The Hustler Fund was launched with the ambitious goal of democratizing access to finance, particularly for low-income Kenyans. However, new findings by the Central Bank of Kenya (CBK) and the Kenya National Bureau of Statistics (KNBS) reveal a stark contrast between the fund’s intended purpose and its actual impact. The latest data shows that a significant 35.8 percent of those accessing the fund belong to the highest wealth quintile, while only 18.7 percent are from the lowest.
This data illustrates a concerning trend high-income earners are disproportionately using the Hustler Fund. The fund, originally aimed at providing low-interest loans to empower the economically marginalized, is being utilized more by middle- and high-income groups. The 2024 Finaccess Report notes that the majority of users are between 26 and 35 years old, with urban areas showing higher uptake at 35.4 percent compared to 24.2 percent in rural regions. This pattern underscores a significant gap in financial inclusion, particularly affecting rural youth, who account for 45.5 percent of those financially excluded.
The report suggests that poor customer service and unfavorable loan terms discourage use among lower-income groups.

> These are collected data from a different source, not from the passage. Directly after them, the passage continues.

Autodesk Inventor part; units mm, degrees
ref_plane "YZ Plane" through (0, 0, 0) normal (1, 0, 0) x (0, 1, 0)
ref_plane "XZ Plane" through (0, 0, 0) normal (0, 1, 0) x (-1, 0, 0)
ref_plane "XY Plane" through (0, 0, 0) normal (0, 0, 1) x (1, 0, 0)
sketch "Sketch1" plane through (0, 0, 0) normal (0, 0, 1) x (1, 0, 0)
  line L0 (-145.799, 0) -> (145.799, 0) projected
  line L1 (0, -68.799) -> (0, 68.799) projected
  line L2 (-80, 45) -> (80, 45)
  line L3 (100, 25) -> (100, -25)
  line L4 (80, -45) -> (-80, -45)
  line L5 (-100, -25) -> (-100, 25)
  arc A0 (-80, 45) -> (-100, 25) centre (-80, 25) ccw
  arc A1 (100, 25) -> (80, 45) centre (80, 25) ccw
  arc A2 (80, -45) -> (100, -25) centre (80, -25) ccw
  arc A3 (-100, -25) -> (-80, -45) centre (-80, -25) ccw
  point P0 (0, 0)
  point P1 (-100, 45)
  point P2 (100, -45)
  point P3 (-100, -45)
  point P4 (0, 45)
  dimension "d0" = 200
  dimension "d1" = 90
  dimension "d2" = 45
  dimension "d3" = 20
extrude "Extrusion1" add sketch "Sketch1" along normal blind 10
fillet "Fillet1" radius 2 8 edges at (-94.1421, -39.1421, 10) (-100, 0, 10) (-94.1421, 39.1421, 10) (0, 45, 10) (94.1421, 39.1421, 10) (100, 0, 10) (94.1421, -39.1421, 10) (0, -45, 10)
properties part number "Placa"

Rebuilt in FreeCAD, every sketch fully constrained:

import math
import FreeCAD as App
import Part
import Sketcher
from FreeCAD import Vector
Q = App.Units.Quantity


def edges_at(feature, points):
    """Names of the edges that pass closest to the given points."""
    edges = feature.Shape.Edges
    near = lambda p: min(range(len(edges)), key=lambda i: edges[i].distToShape(Part.Vertex(*p))[0])
    return sorted({f"Edge{near(p) + 1}" for p in points})

doc = App.newDocument("Part")
body = doc.addObject("PartDesign::Body", "Body")

sketch1 = doc.addObject("Sketcher::SketchObject", "Sketch")
body.addObject(sketch1)
sketch1.AttachmentSupport = (doc.XY_Plane, [""])
sketch1.MapMode = "FlatFace"
sketch1.addGeometry(Part.LineSegment(Vector(-100, 25, 0), Vector(-100, -25, 0)), False)
sketch1.addGeometry(Part.ArcOfCircle(Part.Circle(Vector(-80, -25, 0), Vector(0, 0, 1), 20), math.radians(180), math.radians(270)), False)
sketch1.addGeometry(Part.LineSegment(Vector(-80, -45, 0), Vector(80, -45, 0)), False)
sketch1.addGeometry(Part.ArcOfCircle(Part.Circle(Vector(80, -25, 0), Vector(0, 0, 1), 20), math.radians(-90), math.radians(0)), False)
sketch1.addGeometry(Part.LineSegment(Vector(100, -25, 0), Vector(100, 25, 0)), False)
sketch1.addGeometry(Part.ArcOfCircle(Part.Circle(Vector(80, 25, 0), Vector(0, 0, 1), 20), math.radians(0), math.radians(90)), False)
sketch1.addGeometry(Part.LineSegment(Vector(80, 45, 0), Vector(-80, 45, 0)), False)
sketch1.addGeometry(Part.ArcOfCircle(Part.Circle(Vector(-80, 25, 0), Vector(0, 0, 1), 20), math.radians(90), math.radians(180)), False)
sketch1.addConstraint(Sketcher.Constraint("Tangent", 0, 2, 1, 1))
sketch1.addConstraint(Sketcher.Constraint("Tangent", 1, 2, 2, 1))
sketch1.addConstraint(Sketcher.Constraint("Tangent", 2, 2, 3, 1))
sketch1.addConstraint(Sketcher.Constraint("Tangent", 3, 2, 4, 1))
sketch1.addConstraint(Sketcher.Constraint("Tangent", 4, 2, 5, 1))
sketch1.addConstraint(Sketcher.Constraint("Tangent", 5, 2, 6, 1))
sketch1.addConstraint(Sketcher.Constraint("Tangent", 6, 2, 7, 1))
sketch1.addConstraint(Sketcher.Constraint("Tangent", 7, 2, 0, 1))
sketch1.addConstraint(Sketcher.Constraint("Vertical", 0))
sketch1.addConstraint(Sketcher.Constraint("Horizontal", 2))
sketch1.addConstraint(Sketcher.Constraint("Vertical", 4))
sketch1.addConstraint(Sketcher.Constraint("Horizontal", 6))
sketch1.addConstraint(Sketcher.Constraint("Equal", 1, 3))
sketch1.addConstraint(Sketcher.Constraint("Equal", 3, 5))
sketch1.addConstraint(Sketcher.Constraint("Equal", 5, 7))
sketch1.addConstraint(Sketcher.Constraint("Symmetric", 1, 3, 5, 3, -1, 1))
sketch1.addConstraint(Sketcher.Constraint("Radius", 1, Q("20 mm")))
sketch1.addConstraint(Sketcher.Constraint("DistanceY", 1, 2, -1, 1, Q("45 mm")))
sketch1.addConstraint(Sketcher.Constraint("DistanceX", 2, 1, 2, 2, Q("160 mm")))
pad1 = doc.addObject("PartDesign::Pad", "Pad")
body.addObject(pad1)
pad1.Profile = sketch1
pad1.Length = 10
doc.recompute()

fillet = doc.addObject("PartDesign::Fillet", "Fillet")
body.addObject(fillet)
fillet.Base = (pad1, edges_at(pad1, [
    (-94.142, -39.142, 10),
    (-100, 0, 10),
    (-94.142, 39.142, 10),
    (0, 45, 10),
    (94.142, 39.142, 10),
    (100, 0, 10),
    (94.142, -39.142, 10),
    (0, -45, 10),
]))
fillet.Radius = 2

doc.recompute()
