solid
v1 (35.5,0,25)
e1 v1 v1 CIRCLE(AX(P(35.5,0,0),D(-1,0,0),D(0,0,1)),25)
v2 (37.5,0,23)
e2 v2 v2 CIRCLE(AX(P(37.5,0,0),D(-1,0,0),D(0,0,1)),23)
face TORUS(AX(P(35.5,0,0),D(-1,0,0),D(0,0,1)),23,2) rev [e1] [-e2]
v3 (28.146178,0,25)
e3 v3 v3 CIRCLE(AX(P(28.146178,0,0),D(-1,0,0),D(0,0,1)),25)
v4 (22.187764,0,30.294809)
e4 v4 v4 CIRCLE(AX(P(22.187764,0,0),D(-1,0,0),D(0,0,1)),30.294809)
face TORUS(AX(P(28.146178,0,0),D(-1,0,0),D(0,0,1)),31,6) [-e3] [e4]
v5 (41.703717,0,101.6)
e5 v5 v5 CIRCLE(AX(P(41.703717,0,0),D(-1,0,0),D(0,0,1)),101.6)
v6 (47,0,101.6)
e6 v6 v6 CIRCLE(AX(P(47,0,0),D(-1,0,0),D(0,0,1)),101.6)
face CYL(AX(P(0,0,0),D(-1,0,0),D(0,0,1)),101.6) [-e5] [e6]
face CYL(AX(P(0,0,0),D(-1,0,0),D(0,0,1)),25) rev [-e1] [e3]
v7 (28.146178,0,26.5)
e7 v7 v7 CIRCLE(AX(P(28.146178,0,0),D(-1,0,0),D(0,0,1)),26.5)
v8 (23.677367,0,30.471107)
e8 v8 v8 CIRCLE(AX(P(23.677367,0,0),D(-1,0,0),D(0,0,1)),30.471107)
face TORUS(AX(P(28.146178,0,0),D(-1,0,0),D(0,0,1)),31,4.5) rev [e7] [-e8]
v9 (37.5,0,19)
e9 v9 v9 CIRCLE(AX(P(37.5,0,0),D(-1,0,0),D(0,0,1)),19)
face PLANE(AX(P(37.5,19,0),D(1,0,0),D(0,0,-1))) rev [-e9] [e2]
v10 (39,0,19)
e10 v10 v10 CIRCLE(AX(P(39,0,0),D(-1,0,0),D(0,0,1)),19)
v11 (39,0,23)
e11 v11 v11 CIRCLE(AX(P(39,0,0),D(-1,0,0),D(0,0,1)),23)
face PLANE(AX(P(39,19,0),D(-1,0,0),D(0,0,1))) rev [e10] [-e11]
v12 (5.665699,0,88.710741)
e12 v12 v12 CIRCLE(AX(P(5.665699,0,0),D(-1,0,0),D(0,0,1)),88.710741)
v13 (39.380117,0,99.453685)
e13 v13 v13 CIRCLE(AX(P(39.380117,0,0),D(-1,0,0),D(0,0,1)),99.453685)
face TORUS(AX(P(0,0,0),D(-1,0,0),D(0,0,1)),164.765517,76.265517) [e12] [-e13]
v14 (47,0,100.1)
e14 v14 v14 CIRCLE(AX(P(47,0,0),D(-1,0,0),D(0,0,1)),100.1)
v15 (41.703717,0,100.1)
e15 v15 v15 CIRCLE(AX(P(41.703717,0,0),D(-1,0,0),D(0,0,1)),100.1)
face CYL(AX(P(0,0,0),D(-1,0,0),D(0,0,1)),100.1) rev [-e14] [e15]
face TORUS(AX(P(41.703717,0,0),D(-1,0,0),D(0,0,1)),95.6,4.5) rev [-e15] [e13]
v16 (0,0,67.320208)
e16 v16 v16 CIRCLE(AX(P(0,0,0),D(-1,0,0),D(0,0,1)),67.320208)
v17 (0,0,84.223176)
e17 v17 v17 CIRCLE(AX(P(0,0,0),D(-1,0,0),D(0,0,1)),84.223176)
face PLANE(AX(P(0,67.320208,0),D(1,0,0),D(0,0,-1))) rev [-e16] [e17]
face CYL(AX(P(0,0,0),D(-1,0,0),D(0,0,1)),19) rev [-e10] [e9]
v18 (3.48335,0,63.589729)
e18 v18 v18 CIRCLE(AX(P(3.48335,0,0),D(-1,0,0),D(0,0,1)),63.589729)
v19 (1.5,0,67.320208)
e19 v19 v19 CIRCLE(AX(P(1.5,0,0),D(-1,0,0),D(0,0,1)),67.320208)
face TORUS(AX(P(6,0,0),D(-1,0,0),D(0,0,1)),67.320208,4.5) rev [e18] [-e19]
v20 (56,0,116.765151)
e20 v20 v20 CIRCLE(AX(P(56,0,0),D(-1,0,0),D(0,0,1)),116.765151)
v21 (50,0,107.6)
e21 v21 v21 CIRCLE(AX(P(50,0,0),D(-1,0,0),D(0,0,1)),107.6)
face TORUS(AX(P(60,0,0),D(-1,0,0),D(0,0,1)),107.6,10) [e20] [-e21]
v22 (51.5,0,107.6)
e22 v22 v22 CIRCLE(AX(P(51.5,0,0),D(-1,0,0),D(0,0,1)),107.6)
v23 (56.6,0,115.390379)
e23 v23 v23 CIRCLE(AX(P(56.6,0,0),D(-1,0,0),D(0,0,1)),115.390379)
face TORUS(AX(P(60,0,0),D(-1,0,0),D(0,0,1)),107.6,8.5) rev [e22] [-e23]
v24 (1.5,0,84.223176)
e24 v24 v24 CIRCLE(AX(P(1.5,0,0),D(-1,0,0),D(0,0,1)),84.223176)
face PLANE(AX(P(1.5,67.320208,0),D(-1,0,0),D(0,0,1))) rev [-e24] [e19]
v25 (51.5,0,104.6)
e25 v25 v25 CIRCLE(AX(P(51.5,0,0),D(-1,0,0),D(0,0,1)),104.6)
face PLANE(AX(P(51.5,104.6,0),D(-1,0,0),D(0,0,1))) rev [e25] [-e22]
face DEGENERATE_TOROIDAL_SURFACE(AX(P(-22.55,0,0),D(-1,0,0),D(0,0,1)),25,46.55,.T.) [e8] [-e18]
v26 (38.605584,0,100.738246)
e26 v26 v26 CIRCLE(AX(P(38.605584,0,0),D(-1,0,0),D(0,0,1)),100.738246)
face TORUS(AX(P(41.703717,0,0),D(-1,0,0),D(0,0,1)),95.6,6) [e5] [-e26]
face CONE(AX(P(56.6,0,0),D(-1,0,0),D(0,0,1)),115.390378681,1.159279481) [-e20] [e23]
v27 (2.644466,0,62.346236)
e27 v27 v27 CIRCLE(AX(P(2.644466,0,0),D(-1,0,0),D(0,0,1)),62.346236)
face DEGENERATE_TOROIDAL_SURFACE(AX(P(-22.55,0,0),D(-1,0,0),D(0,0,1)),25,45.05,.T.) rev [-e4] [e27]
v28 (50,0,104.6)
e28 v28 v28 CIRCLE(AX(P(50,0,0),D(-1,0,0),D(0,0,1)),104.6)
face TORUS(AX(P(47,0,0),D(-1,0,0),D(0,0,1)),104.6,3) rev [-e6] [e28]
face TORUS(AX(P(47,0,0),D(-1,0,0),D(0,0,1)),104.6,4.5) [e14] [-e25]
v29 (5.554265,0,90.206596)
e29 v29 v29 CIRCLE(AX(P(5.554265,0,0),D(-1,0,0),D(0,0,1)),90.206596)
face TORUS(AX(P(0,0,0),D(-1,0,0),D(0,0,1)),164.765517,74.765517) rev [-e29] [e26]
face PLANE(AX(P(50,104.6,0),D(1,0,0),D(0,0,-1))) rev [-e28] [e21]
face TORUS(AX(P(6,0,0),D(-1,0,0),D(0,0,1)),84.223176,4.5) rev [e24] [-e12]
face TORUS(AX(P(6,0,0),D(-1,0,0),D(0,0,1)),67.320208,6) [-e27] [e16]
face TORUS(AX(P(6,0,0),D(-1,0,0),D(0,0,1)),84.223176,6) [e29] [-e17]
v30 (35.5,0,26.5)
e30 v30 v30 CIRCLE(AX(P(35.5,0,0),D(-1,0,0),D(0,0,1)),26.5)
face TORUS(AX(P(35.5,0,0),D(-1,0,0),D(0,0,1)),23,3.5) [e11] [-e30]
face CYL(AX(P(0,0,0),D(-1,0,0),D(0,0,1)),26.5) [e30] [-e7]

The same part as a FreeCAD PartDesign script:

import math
import FreeCAD as App
import Part
import Sketcher

doc = App.newDocument("Part")
body = doc.addObject("PartDesign::Body", "Body")

# Sketch on XY plane
sketch1 = doc.addObject("Sketcher::SketchObject", "Sketch")
body.addObject(sketch1)
sketch1.AttachmentSupport = (doc.XY_Plane, [""])
sketch1.MapMode = "FlatFace"
sketch1.addGeometry(Part.LineSegment(App.Vector(37.5, 23, 0), App.Vector(37.5, 19, 0)), False)
sketch1.addGeometry(Part.LineSegment(App.Vector(37.5, 19, 0), App.Vector(39, 19, 0)), False)
sketch1.addGeometry(Part.LineSegment(App.Vector(39, 19, 0), App.Vector(39, 23, 0)), False)
sketch1.addGeometry(Part.ArcOfCircle(Part.Circle(App.Vector(35.5, 23, 0), App.Vector(0, 0, 1), 3.5), math.radians(0), math.radians(90)), False)
sketch1.addGeometry(Part.LineSegment(App.Vector(35.5, 26.5, 0), App.Vector(28.146178, 26.5, 0)), False)
sketch1.addGeometry(Part.ArcOfCircle(Part.Circle(App.Vector(28.146178, 31, 0), App.Vector(0, 0, 1), 4.5), math.radians(-173.250321), math.radians(-90)), False)
sketch1.addGeometry(Part.ArcOfCircle(Part.Circle(App.Vector(-22.55, 25, 0), App.Vector(0, 0, 1), 46.55), math.radians(6.749679), math.radians(55.995665)), False)
sketch1.addGeometry(Part.ArcOfCircle(Part.Circle(App.Vector(6, 67.320208, 0), App.Vector(0, 0, 1), 4.5), math.radians(180), math.radians(235.995665)), False)
sketch1.addGeometry(Part.LineSegment(App.Vector(1.5, 67.320208, 0), App.Vector(1.5, 84.223176, 0)), False)
sketch1.addGeometry(Part.ArcOfCircle(Part.Circle(App.Vector(6, 84.223176, 0), App.Vector(0, 0, 1), 4.5), math.radians(94.260378), math.radians(180)), False)
sketch1.addGeometry(Part.ArcOfCircle(Part.Circle(App.Vector(0, 164.765517, 0), App.Vector(0, 0, 1), 76.265517), math.radians(-85.739621), math.radians(-58.9119)), False)
sketch1.addGeometry(Part.ArcOfCircle(Part.Circle(App.Vector(41.703717, 95.6, 0), App.Vector(0, 0, 1), 4.5), math.radians(90), math.radians(121.0881)), False)
sketch1.addGeometry(Part.LineSegment(App.Vector(41.703717, 100.1, 0), App.Vector(47, 100.1, 0)), False)
sketch1.addGeometry(Part.ArcOfCircle(Part.Circle(App.Vector(47, 104.6, 0), App.Vector(0, 0, 1), 4.5), math.radians(-90), math.radians(0)), False)
sketch1.addGeometry(Part.LineSegment(App.Vector(51.5, 104.6, 0), App.Vector(51.5, 107.6, 0)), False)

Many microfinance institutions and insurance account holders face barriers that prevent them from accessing the fund. Moreover, the mobile money platform, which offers the fund’s loan services, is more popular among urban, formally employed individuals. The survey highlights that the Hustler Fund’s appeal lies in its accessibility and the convenience of mobile transactions, particularly in urban settings where formal employment is more common.
Despite these challenges, there has been some progress. Formal financial access in Kenya rose marginally to 84.8 percent in 2024 from 83.7 percent in 2021, largely driven by advancements in digital technology. However, 9.9 percent of Kenyan adults remain financially excluded, with barriers such as a lack of mobile phones (64.1 percent) and national identification cards (51.5 percent) playing a significant role. This highlights the persistent need for targeted interventions to address financial exclusion, especially in underserved areas like Turkana, West Pokot, and Narok.
To align with its Bottom-Up Economic Transformation Agenda, the report suggests that enhancing the terms and conditions of the Hustler Fund loan facility could better serve its intended beneficiaries low-income households and youth. The government’s recent announcement to increase borrowing limits and extend repayment periods is a step in the right direction, but more needs to be done to ensure these benefits reach those who need them most.
The findings indicate a need for a more focused approach to financial inclusion in Kenya. The Hustler Fund, despite its good intentions, is not yet serving its purpose effectively for the poorest and most vulnerable in society. As the government looks to expand and adjust the fund, it must consider ways to make it truly accessible to all, regardless of wealth, and ensure that financial products meet the needs of low-income households.
This report and its implications underscore the ongoing challenge of bridging the financial inclusion gap in Kenya. As digital financial services grow in popularity, the government’s role in facilitating access to affordable credit will be crucial in driving inclusive economic growth. The Hustler Fund, with its targeted adjustments and increased outreach, could yet fulfill its promise to empower those at the base of the economic pyramid. However, this will require ongoing monitoring and adaptation to ensure it reaches those most in need.